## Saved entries
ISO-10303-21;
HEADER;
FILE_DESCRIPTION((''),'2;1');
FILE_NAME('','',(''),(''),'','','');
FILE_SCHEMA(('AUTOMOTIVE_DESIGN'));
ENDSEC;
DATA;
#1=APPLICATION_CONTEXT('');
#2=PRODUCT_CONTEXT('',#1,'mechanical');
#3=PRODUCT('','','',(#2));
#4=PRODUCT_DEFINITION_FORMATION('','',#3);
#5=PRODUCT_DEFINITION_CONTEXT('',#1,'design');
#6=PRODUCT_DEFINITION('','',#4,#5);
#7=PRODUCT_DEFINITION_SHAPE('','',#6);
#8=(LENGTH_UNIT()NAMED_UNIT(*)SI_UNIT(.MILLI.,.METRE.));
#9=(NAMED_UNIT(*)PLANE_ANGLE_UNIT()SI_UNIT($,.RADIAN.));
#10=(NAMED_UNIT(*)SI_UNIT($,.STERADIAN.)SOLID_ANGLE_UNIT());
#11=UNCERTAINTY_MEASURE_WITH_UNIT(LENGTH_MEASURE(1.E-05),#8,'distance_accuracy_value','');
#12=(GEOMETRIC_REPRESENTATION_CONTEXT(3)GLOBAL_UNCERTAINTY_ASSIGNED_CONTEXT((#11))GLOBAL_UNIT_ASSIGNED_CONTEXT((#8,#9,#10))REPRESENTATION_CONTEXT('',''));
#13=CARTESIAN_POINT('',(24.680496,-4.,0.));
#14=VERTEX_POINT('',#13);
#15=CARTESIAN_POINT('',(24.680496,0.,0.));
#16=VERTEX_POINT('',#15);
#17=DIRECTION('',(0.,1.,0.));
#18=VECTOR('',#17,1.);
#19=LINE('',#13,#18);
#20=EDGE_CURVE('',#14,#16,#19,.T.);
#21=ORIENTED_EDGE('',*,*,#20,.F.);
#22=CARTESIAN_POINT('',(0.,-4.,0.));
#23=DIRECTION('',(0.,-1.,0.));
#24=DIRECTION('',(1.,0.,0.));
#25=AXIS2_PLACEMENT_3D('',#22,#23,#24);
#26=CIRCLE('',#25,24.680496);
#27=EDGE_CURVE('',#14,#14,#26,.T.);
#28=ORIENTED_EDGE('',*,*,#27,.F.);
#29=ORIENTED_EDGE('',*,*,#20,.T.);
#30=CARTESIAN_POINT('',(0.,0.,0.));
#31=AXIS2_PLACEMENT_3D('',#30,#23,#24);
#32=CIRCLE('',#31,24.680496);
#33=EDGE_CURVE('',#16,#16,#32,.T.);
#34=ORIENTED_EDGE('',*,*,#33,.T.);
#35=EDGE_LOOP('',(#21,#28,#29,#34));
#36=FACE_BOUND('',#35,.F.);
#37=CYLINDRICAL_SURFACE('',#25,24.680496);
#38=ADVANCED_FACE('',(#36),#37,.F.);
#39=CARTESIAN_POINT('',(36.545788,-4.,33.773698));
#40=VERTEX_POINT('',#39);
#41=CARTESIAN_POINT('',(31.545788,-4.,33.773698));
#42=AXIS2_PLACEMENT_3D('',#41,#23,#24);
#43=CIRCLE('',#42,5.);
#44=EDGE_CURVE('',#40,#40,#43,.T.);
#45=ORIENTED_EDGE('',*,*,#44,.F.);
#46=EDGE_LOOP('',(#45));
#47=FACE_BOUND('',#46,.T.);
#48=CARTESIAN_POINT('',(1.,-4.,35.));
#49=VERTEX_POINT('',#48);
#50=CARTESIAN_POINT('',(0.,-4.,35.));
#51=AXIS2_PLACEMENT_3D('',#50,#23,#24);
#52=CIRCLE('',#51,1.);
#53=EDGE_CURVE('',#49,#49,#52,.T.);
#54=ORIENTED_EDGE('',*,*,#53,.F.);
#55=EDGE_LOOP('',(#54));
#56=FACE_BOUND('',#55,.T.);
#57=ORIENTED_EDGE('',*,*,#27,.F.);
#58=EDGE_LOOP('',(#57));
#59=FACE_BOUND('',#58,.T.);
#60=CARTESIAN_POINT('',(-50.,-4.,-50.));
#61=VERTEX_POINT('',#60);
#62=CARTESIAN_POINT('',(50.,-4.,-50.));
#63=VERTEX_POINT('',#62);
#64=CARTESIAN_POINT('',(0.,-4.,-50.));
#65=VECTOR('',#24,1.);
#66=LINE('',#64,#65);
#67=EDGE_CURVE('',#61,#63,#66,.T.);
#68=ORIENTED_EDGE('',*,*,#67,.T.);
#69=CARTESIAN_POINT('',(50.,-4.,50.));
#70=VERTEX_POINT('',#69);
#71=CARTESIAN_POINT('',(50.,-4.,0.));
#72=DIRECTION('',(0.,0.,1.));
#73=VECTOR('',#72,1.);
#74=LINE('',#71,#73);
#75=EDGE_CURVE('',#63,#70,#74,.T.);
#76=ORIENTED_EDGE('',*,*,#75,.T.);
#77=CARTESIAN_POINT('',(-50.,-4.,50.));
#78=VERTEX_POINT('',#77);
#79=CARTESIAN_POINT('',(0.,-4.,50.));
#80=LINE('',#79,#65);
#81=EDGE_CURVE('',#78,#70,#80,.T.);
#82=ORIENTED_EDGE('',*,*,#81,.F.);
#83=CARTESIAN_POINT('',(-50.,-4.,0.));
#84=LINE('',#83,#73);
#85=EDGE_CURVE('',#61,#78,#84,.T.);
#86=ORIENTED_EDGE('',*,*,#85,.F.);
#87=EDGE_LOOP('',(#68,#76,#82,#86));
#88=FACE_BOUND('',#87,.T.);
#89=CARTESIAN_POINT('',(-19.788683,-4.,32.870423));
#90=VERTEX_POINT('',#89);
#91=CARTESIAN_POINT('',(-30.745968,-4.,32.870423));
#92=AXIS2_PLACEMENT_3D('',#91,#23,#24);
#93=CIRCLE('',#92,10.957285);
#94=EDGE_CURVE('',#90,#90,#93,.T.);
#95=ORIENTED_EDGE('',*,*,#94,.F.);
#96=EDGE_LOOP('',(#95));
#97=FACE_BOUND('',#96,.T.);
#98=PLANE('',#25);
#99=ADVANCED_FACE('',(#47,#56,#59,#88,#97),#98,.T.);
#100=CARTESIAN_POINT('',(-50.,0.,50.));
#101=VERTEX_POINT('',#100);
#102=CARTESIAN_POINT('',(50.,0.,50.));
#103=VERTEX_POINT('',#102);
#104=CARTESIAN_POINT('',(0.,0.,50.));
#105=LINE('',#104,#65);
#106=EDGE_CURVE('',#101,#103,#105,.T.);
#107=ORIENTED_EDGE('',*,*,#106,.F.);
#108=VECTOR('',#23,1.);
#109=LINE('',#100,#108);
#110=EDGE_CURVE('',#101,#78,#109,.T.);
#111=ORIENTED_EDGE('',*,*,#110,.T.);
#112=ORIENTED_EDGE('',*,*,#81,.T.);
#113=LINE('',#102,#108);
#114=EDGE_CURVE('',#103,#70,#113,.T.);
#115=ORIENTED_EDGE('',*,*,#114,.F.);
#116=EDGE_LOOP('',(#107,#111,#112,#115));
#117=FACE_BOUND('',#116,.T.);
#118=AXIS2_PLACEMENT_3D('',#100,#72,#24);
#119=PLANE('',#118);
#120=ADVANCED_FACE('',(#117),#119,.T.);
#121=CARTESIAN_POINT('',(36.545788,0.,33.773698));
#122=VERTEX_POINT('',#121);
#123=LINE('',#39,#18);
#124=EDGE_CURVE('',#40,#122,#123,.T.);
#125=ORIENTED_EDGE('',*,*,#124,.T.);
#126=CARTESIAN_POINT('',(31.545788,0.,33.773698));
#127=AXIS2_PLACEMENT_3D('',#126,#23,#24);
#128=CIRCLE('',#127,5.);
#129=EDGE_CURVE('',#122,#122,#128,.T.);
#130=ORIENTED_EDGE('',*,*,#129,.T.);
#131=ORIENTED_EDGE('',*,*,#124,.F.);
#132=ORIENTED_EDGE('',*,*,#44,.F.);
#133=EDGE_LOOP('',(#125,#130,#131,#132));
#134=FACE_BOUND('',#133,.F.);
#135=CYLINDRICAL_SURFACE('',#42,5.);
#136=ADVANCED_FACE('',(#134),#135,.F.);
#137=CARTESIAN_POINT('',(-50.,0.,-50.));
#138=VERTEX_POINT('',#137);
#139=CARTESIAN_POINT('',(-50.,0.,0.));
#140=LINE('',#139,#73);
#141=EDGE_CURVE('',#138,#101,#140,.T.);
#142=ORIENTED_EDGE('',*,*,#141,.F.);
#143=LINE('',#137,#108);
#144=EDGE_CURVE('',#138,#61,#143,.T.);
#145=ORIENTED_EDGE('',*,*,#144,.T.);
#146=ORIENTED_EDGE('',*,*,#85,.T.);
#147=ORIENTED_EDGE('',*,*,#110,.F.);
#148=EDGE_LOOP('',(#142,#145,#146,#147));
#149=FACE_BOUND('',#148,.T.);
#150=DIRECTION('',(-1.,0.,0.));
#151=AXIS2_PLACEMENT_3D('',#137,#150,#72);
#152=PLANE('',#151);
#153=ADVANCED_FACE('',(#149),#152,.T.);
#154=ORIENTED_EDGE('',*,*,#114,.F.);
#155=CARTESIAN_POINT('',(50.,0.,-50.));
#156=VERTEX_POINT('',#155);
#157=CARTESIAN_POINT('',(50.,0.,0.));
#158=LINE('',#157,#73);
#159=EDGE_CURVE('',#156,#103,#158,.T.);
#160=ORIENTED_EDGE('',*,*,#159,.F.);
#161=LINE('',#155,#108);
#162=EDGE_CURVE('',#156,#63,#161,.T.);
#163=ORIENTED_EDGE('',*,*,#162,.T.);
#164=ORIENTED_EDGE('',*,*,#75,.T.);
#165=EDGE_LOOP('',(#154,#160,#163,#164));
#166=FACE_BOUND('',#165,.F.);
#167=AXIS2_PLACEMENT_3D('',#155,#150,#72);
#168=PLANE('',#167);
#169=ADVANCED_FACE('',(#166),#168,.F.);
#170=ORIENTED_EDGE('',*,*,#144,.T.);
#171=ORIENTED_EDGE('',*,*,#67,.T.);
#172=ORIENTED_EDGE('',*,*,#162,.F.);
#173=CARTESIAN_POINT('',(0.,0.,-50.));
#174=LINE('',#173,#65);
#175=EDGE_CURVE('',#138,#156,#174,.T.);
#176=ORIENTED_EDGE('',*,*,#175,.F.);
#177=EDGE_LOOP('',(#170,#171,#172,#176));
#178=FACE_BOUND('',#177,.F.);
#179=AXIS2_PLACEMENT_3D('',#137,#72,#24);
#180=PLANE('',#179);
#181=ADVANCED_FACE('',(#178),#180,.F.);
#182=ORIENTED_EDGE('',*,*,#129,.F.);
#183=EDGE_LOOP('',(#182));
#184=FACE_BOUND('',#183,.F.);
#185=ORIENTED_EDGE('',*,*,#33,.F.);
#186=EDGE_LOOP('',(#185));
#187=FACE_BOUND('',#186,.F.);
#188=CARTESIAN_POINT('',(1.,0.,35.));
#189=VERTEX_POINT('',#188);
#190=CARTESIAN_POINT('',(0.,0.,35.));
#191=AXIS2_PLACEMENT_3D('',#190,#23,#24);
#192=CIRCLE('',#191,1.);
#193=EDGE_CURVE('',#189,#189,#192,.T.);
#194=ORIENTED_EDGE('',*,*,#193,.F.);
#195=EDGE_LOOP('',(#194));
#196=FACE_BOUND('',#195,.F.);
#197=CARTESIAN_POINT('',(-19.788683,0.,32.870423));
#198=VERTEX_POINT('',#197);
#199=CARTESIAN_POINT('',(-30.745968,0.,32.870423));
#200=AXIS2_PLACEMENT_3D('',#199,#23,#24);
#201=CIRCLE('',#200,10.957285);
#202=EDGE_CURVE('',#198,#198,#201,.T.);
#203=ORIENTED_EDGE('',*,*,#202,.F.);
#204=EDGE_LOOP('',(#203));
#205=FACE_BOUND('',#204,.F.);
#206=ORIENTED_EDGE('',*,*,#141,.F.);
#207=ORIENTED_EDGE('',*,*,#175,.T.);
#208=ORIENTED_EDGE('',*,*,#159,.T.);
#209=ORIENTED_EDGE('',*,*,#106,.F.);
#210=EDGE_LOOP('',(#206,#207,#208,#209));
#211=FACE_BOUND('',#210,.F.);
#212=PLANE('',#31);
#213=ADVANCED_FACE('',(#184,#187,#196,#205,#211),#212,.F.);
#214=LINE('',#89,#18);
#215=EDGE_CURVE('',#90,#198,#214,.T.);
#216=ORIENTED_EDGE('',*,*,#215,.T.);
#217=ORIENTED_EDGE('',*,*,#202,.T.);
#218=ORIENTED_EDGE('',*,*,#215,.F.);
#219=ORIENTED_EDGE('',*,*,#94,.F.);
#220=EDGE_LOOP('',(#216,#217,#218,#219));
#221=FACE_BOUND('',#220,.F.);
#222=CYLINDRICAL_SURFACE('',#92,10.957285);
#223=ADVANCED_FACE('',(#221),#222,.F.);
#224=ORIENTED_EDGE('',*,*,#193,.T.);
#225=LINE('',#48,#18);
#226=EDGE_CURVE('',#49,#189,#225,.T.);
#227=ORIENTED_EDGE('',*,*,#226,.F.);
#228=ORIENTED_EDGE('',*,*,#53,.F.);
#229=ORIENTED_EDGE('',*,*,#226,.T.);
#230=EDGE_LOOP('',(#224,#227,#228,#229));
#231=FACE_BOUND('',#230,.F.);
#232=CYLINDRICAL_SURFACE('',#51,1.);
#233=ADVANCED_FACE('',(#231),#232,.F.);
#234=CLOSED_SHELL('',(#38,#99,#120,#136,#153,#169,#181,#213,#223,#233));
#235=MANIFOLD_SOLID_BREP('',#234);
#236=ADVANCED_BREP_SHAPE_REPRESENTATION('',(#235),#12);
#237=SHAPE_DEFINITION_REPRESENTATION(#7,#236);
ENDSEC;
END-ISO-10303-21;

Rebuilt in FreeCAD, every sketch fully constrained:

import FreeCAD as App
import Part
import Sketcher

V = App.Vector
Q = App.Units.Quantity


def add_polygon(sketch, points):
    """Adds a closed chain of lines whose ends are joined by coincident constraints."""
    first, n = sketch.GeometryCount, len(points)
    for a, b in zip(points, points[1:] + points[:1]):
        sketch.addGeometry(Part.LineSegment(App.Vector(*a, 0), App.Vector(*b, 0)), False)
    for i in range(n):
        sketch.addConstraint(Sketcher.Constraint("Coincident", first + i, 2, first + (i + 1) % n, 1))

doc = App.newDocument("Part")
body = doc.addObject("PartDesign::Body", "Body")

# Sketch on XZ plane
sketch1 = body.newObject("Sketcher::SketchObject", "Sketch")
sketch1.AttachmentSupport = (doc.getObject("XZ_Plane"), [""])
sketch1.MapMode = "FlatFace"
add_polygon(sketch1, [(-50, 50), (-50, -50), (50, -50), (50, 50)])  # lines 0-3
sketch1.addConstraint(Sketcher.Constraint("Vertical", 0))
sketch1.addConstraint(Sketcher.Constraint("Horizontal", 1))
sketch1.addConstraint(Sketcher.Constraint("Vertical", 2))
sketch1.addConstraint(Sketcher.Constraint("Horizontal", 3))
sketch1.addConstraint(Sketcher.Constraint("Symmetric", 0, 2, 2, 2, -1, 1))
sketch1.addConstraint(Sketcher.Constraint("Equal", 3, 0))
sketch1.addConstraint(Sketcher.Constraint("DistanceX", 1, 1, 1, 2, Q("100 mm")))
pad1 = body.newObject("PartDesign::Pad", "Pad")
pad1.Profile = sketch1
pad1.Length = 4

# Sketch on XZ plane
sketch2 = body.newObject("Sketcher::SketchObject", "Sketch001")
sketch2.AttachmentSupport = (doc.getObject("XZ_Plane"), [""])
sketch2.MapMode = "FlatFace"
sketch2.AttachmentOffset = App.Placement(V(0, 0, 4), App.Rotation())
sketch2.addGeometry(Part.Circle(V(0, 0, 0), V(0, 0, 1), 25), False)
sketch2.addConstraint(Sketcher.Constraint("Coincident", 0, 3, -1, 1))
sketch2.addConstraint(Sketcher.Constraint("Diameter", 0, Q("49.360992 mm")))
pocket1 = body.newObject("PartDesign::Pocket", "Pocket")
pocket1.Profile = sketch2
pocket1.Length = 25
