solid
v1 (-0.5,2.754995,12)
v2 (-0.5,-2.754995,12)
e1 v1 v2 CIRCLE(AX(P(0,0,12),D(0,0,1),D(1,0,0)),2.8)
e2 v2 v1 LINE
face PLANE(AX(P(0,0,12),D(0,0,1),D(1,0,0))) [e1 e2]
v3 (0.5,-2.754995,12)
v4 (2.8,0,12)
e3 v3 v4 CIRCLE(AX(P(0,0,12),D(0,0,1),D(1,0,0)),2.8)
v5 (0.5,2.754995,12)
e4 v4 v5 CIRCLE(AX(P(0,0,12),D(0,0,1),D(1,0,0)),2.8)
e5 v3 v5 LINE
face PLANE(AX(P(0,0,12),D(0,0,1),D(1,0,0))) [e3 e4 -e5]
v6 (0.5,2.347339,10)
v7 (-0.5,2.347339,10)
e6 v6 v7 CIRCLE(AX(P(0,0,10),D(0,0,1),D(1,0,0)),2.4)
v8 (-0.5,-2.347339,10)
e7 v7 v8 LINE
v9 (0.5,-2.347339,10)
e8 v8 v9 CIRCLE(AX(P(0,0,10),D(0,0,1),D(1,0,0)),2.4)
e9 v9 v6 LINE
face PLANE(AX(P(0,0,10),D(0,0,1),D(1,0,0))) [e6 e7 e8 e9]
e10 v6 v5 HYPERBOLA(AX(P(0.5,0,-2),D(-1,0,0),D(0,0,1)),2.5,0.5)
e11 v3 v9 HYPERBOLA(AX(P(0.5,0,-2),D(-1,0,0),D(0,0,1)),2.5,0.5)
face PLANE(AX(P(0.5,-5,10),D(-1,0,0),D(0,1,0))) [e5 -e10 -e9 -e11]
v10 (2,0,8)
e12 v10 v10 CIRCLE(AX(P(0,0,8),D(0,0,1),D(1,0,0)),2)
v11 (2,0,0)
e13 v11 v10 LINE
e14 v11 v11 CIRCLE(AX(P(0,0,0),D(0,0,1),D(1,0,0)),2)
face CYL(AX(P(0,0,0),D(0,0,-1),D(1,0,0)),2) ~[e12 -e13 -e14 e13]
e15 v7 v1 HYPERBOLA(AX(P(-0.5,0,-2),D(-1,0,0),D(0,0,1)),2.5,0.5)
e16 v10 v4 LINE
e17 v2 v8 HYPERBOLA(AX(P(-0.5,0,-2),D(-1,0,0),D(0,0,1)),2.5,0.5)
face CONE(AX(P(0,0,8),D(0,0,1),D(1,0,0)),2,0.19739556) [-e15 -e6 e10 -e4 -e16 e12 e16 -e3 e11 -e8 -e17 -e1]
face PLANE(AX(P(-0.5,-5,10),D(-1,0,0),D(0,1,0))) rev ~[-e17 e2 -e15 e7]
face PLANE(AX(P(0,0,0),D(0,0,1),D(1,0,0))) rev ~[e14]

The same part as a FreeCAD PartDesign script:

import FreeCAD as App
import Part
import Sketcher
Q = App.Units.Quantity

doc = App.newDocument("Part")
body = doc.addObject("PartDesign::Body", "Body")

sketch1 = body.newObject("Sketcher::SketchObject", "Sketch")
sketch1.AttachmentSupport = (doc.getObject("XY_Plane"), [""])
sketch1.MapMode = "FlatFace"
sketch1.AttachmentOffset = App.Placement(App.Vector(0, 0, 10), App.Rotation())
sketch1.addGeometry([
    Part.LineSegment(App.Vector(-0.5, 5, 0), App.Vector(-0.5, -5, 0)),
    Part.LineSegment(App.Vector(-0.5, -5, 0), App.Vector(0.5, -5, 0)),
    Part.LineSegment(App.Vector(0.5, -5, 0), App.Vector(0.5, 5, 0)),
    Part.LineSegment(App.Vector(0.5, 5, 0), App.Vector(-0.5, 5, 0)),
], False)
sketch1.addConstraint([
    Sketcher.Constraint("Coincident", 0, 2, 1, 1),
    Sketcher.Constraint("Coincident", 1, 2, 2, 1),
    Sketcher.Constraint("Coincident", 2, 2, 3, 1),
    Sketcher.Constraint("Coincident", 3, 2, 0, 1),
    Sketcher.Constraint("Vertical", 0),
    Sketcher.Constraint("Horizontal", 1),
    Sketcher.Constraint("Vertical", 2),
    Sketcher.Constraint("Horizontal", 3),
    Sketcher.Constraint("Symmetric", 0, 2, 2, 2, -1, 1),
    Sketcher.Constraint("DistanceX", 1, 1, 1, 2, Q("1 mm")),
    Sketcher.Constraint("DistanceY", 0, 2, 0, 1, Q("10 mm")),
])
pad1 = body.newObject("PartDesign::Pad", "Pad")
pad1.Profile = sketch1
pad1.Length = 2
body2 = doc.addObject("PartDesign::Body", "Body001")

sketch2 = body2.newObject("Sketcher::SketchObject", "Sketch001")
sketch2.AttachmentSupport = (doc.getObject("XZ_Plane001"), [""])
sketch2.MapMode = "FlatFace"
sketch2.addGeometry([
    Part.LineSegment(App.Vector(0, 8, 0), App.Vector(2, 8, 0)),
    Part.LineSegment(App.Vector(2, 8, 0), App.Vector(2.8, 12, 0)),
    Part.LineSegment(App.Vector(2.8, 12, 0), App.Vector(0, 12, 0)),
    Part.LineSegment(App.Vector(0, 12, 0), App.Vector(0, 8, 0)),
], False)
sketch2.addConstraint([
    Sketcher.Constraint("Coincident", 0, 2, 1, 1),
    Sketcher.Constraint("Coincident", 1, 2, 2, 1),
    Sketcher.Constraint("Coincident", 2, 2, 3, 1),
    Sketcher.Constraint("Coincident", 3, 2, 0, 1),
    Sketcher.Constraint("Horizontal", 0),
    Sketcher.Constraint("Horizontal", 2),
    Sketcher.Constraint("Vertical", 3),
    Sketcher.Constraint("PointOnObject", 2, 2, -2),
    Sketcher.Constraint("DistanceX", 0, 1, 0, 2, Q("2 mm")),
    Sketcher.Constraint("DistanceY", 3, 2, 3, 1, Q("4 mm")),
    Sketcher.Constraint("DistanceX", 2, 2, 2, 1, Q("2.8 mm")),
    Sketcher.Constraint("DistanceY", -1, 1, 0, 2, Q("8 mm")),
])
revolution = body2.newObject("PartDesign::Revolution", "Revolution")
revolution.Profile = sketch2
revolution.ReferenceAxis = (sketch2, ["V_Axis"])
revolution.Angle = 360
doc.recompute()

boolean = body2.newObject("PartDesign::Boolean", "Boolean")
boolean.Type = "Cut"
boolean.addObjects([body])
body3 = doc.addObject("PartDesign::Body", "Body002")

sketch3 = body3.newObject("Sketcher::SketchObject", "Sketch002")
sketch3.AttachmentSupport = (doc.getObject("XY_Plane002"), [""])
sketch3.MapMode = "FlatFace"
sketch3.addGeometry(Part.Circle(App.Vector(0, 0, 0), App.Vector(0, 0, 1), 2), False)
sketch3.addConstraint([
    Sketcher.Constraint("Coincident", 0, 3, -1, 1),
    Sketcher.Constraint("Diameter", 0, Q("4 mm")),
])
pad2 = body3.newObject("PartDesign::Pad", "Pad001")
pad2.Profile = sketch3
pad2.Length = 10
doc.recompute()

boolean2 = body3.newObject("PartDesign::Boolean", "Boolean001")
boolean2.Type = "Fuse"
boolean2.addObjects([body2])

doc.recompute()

## Task to complete
Copy out only the lines above from the one with "#37=CYLINDRICAL_SURFACE('',#25,24.680496);" to the one with "#50=CARTESIAN_POINT('',(0.,-4.,35.));", inclusive, exactly as they stand.

## Output for this exercise
#37=CYLINDRICAL_SURFACE('',#25,24.680496);
#38=ADVANCED_FACE('',(#36),#37,.F.);
#39=CARTESIAN_POINT('',(36.545788,-4.,33.773698));
#40=VERTEX_POINT('',#39);
#41=CARTESIAN_POINT('',(31.545788,-4.,33.773698));
#42=AXIS2_PLACEMENT_3D('',#41,#23,#24);
#43=CIRCLE('',#42,5.);
#44=EDGE_CURVE('',#40,#40,#43,.T.);
#45=ORIENTED_EDGE('',*,*,#44,.F.);
#46=EDGE_LOOP('',(#45));
#47=FACE_BOUND('',#46,.T.);
#48=CARTESIAN_POINT('',(1.,-4.,35.));
#49=VERTEX_POINT('',#48);
#50=CARTESIAN_POINT('',(0.,-4.,35.));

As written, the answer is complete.